# Bei Asus EeePc 901 Go SSd gegen 1,8" HDD tauschen ?



## Klausr (7. März 2009)

Hi

Ein Bekannter würd gerne bei seinem Asus EeePc 901 go statt der 16 GB SSd eine echte Platte mit WinXp drauf haben.

Normal sollten das also die 1,8 Zoll Platten mit lif anschlus sein aber weiß wer wo ich das Flachbandkabel dazu herbekomme oder brauch ich das nicht ?

Wär super wenn mir wer helfen könnt.

Mfg Klaus


----------



## Olstyle (7. März 2009)

Zumindest bei den ersten EEPCs war der Speicher afaik auf dem Board verlötet, da ist nichts mit Upgrade.


----------



## Klausr (7. März 2009)

nö gehen tut es da bei der 12 gb version nur 4 gig verlötet sind und bei den 16 gb versionen ist gar nichts mehr verlötet.

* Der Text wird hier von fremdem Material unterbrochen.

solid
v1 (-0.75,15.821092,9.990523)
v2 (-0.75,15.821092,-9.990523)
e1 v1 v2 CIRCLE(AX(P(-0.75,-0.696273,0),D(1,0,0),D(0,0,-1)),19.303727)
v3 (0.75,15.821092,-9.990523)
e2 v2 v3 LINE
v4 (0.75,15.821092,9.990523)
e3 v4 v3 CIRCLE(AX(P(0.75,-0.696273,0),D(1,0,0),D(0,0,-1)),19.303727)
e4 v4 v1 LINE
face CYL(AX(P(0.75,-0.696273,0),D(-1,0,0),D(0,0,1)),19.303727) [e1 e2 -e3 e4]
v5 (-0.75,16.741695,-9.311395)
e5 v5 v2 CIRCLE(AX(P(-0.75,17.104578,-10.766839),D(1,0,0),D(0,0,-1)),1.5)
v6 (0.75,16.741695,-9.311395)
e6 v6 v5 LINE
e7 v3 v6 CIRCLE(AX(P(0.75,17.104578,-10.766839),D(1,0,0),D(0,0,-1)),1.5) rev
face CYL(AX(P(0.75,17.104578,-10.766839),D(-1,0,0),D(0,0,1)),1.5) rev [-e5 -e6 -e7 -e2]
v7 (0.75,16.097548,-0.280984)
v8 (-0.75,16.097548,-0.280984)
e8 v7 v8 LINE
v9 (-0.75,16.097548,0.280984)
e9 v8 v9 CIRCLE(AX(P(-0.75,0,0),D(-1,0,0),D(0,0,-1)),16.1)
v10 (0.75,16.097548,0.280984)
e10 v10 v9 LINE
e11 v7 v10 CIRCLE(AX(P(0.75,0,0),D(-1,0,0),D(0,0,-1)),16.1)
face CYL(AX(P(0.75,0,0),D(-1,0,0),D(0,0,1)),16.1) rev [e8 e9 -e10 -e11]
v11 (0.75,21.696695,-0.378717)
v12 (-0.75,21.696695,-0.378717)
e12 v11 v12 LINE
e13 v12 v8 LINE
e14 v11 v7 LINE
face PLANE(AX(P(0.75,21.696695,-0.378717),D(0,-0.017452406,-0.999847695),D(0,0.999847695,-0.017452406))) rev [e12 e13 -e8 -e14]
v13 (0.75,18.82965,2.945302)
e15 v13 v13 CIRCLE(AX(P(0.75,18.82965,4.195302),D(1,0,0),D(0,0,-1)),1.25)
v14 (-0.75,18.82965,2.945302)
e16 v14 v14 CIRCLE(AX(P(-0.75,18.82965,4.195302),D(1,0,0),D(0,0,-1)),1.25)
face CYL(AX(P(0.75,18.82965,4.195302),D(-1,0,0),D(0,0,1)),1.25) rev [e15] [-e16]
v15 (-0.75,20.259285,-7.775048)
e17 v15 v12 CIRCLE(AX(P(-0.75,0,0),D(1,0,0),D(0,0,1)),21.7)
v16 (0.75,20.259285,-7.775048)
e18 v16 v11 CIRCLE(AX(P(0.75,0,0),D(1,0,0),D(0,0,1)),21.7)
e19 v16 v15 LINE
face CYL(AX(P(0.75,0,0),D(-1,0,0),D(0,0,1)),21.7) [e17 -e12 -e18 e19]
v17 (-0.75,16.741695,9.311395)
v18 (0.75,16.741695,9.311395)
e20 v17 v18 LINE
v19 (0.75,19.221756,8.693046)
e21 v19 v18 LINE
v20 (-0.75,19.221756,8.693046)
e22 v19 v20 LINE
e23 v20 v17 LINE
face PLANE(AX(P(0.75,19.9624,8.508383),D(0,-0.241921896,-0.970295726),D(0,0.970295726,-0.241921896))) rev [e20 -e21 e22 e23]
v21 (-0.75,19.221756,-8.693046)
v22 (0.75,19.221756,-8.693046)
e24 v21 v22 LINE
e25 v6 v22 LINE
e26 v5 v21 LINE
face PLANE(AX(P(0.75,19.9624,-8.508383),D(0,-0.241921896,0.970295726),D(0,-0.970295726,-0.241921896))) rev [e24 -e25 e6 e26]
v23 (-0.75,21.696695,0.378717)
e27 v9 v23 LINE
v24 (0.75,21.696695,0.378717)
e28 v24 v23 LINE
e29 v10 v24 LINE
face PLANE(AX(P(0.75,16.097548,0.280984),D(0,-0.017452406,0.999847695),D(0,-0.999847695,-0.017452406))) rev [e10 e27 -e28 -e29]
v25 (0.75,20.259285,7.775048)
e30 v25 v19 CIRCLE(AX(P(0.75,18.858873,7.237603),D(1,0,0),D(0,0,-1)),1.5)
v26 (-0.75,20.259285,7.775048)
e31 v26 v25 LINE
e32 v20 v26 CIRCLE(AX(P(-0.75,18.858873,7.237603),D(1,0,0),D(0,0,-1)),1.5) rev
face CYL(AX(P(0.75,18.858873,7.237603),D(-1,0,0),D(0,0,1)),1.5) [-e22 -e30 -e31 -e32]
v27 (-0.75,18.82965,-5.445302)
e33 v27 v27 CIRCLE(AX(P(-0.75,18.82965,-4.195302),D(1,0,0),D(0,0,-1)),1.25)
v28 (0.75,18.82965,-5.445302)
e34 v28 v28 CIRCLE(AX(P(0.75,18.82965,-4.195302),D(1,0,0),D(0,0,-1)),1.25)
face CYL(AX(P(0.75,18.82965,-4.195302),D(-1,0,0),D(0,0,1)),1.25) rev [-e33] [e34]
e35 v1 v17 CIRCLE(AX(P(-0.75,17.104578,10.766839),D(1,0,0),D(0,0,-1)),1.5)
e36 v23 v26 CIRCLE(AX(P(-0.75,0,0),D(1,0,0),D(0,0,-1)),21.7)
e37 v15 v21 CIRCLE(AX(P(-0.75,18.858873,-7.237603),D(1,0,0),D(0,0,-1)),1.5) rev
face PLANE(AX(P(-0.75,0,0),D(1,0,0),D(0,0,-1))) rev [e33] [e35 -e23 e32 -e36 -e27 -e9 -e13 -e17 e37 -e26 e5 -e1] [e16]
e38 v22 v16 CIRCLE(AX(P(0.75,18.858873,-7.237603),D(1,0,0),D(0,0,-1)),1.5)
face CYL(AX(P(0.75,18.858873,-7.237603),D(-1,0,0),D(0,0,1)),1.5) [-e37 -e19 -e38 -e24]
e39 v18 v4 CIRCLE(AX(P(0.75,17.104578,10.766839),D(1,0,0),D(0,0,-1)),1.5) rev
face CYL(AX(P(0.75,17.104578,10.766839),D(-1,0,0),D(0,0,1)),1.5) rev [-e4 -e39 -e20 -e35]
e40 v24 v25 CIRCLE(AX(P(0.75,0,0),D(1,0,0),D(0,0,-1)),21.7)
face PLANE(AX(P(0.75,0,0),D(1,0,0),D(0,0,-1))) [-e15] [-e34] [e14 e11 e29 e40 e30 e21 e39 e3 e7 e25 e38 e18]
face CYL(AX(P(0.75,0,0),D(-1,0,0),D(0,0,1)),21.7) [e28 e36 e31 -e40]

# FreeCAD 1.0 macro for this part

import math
import FreeCAD as App
import Part
import Sketcher
Q = App.Units.Quantity


def edges_at(feature, points):
    """Names of the edges that pass closest to the given points."""
    edges = feature.Shape.Edges
    near = lambda p: min(range(len(edges)), key=lambda i: edges[i].distToShape(Part.Vertex(*p))[0])
    return sorted({f"Edge{near(p) + 1}" for p in points})

doc = App.newDocument("Part")
params = doc.addObject("Spreadsheet::Sheet", "Params")
for row, (alias, value) in enumerate([
    ("sketch1_diameter", "2.5 mm"),
    ("sketch1_diameter2", "2.5 mm"),
    ("sketch1_radius", "21.7 mm"),
    ("sketch1_radius2", "21.7 mm"),
    ("sketch1_radius3", "16.1 mm"),
    ("pad1_length", "1.5 mm"),
    ("fillet_radius", "1.5 mm"),
], start=1):
    params.set(f"A{row}", alias)
    params.set(f"B{row}", "=" + value)
    params.setAlias(f"B{row}", alias)

body = doc.addObject("PartDesign::Body", "Body")

# Sketch on YZ plane
sketch1 = body.newObject("Sketcher::SketchObject", "Sketch")
sketch1.AttachmentSupport = (doc.getObject("YZ_Plane"), [""])
sketch1.MapMode = "FlatFace"
sketch1.addGeometry([
    Part.LineSegment(App.Vector(16.097548, 0.280984, 0), App.Vector(21.696695, 0.378717, 0)),  # 0
    Part.ArcOfCircle(Part.Circle(App.Vector(0, 0, 0), App.Vector(0, 0, 1), 21.7), math.radians(1), math.radians(23.084694)),  # 1
    Part.LineSegment(App.Vector(19.9624, 8.508383, 0), App.Vector(16.128096, 9.464382, 0)),  # 2
    Part.ArcOfCircle(Part.Circle(App.Vector(-0.696273, 0, 0), App.Vector(0, 0, 1), 19.303727), math.radians(29.359501), math.radians(330.640499)),  # 3
    Part.LineSegment(App.Vector(16.128096, -9.464382, 0), App.Vector(19.9624, -8.508383, 0)),  # 4
    Part.ArcOfCircle(Part.Circle(App.Vector(0, 0, 0), App.Vector(0, 0, 1), 21.7), math.radians(-23.084694), math.radians(-1)),  # 5
    Part.LineSegment(App.Vector(21.696695, -0.378717, 0), App.Vector(16.097548, -0.280984, 0)),  # 6
    Part.ArcOfCircle(Part.Circle(App.Vector(0, 0, 0), App.Vector(0, 0, 1), 16.1), math.radians(1), math.radians(359)),  # 7
    Part.Circle(App.Vector(18.82965, 4.195302, 0), App.Vector(0, 0, 1), 1.25),  # 8
    Part.Circle(App.Vector(18.82965, -4.195302, 0), App.Vector(0, 0, 1), 1.25),  # 9
], False)
sketch1.addConstraint([
    Sketcher.Constraint("Coincident", 0, 2, 1, 1),
    Sketcher.Constraint("Coincident", 1, 2, 2, 1),
    Sketcher.Constraint("Coincident", 2, 2, 3, 1),
    Sketcher.Constraint("Coincident", 3, 2, 4, 1),
    Sketcher.Constraint("Coincident", 4, 2, 5, 1),
    Sketcher.Constraint("Coincident", 5, 2, 6, 1),
    Sketcher.Constraint("Coincident", 6, 2, 7, 2),
    Sketcher.Constraint("Coincident", 7, 1, 0, 1),
    Sketcher.Constraint("Coincident", 1, 3, -1, 1),
    Sketcher.Constraint("Coincident", 5, 3, -1, 1),
    Sketcher.Constraint("Coincident", 7, 3, -1, 1),
    Sketcher.Constraint("PointOnObject", 3, 3, -1),
    Sketcher.Constraint("Diameter", 8, Q("2.5 mm")),
    Sketcher.Constraint("Diameter", 9, Q("2.5 mm")),
    Sketcher.Constraint("Radius", 1, Q("21.7 mm")),
    Sketcher.Constraint("Radius", 5, Q("21.7 mm")),
    Sketcher.Constraint("Radius", 7, Q("16.1 mm")),
    Sketcher.Constraint("Radius", 3, Q("19.303727 mm")),
    Sketcher.Constraint("DistanceY", 1, 2, 2, 2, Q("0.956 mm")),
    Sketcher.Constraint("DistanceY", 3, 2, 4, 2, Q("0.956 mm")),
    Sketcher.Constraint("DistanceY", -1, 1, 8, 3, Q("4.195302 mm")),
    Sketcher.Constraint("DistanceY", 9, 3, -1, 1, Q("4.195302 mm")),
    Sketcher.Constraint("DistanceX", -1, 1, 1, 2, Q("19.9624 mm")),
    Sketcher.Constraint("DistanceX", -1, 1, 4, 2, Q("19.9624 mm")),
    Sketcher.Constraint("DistanceX", 2, 2, 0, 2, Q("5.568599 mm")),
    Sketcher.Constraint("DistanceY", 3, 2, 0, 2, Q("9.8431 mm")),
    Sketcher.Constraint("DistanceY", 5, 2, 1, 2, Q("8.8871 mm")),
    Sketcher.Constraint("DistanceX", 6, 2, 9, 3, Q("2.732102 mm")),
    Sketcher.Constraint("DistanceX", 6, 2, 8, 3, Q("2.732102 mm")),
    Sketcher.Constraint("DistanceY", 6, 2, 0, 2, Q("0.659701 mm")),
    Sketcher.Constraint("DistanceX", 7, 1, 8, 3, Q("2.732102 mm")),
])
sketch1.setExpression("Constraints[12]", "Params.sketch1_diameter")
sketch1.setExpression("Constraints[13]", "Params.sketch1_diameter2")
sketch1.setExpression("Constraints[14]", "Params.sketch1_radius")
sketch1.setExpression("Constraints[15]", "Params.sketch1_radius2")
sketch1.setExpression("Constraints[16]", "Params.sketch1_radius3")
pad1 = body.newObject("PartDesign::Pad", "Pad")
pad1.Profile = sketch1
pad1.setExpression("Length", "Params.pad1_length")
pad1.Midplane = True
doc.recompute()

fillet = body.newObject("PartDesign::Fillet", "Fillet")
fillet.Base = (pad1, edges_at(pad1, [
    (0, 19.962, -8.508),
    (0, 16.128, -9.464),
    (0, 16.128, 9.464),
    (0, 19.962, 8.508),
]))
fillet.setExpression("Radius", "Params.fillet_radius")

doc.recompute()
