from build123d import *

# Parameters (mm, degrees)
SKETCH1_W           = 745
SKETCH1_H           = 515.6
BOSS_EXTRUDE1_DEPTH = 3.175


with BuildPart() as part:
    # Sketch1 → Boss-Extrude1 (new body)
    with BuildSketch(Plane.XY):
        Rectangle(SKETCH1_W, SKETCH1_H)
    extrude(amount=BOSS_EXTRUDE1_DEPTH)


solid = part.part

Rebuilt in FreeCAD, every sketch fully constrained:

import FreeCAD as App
import Part
import Sketcher

V = App.Vector
Q = App.Units.Quantity

doc = App.newDocument("Part")
body = doc.addObject("PartDesign::Body", "Body")

# Sketch on XY plane
sketch1 = body.newObject("Sketcher::SketchObject", "Sketch")
sketch1.AttachmentSupport = (doc.getObject("XY_Plane"), [""])
sketch1.MapMode = "FlatFace"
sketch1.addGeometry(Part.LineSegment(V(-372, 258, 0), V(-372, -258, 0)), False)
sketch1.addGeometry(Part.LineSegment(V(-372, -258, 0), V(372, -258, 0)), False)
sketch1.addGeometry(Part.LineSegment(V(372, -258, 0), V(372, 258, 0)), False)
sketch1.addGeometry(Part.LineSegment(V(372, 258, 0), V(-372, 258, 0)), False)
sketch1.addConstraint(Sketcher.Constraint("Coincident", 0, 2, 1, 1))
sketch1.addConstraint(Sketcher.Constraint("Coincident", 1, 2, 2, 1))
sketch1.addConstraint(Sketcher.Constraint("Coincident", 2, 2, 3, 1))
sketch1.addConstraint(Sketcher.Constraint("Coincident", 3, 2, 0, 1))
sketch1.addConstraint(Sketcher.Constraint("Vertical", 0))
sketch1.addConstraint(Sketcher.Constraint("Horizontal", 1))
sketch1.addConstraint(Sketcher.Constraint("Vertical", 2))
sketch1.addConstraint(Sketcher.Constraint("Horizontal", 3))
sketch1.addConstraint(Sketcher.Constraint("Symmetric", 0, 2, 2, 2, -1, 1))
sketch1.addConstraint(Sketcher.Constraint("DistanceX", 1, 1, 1, 2, Q("745 mm")))
sketch1.addConstraint(Sketcher.Constraint("DistanceY", 0, 2, 0, 1, Q("515.6 mm")))
pad1 = body.newObject("PartDesign::Pad", "Pad")
pad1.Profile = sketch1
pad1.Length = 3.175

doc.recompute()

Hier ein umbaubericht leider ist da aber niwo angegeben wo ich das kabel herbekomme

Edit.: Sorry hat sich erledigt habs gefunden http://www.amazon.de/ZIF002-003-ZIF...=sr_1_3?ie=UTF8&s=ce-de&qid=1217148152&sr=8-3
Habs übersehen

Kann geschlossen werden


----------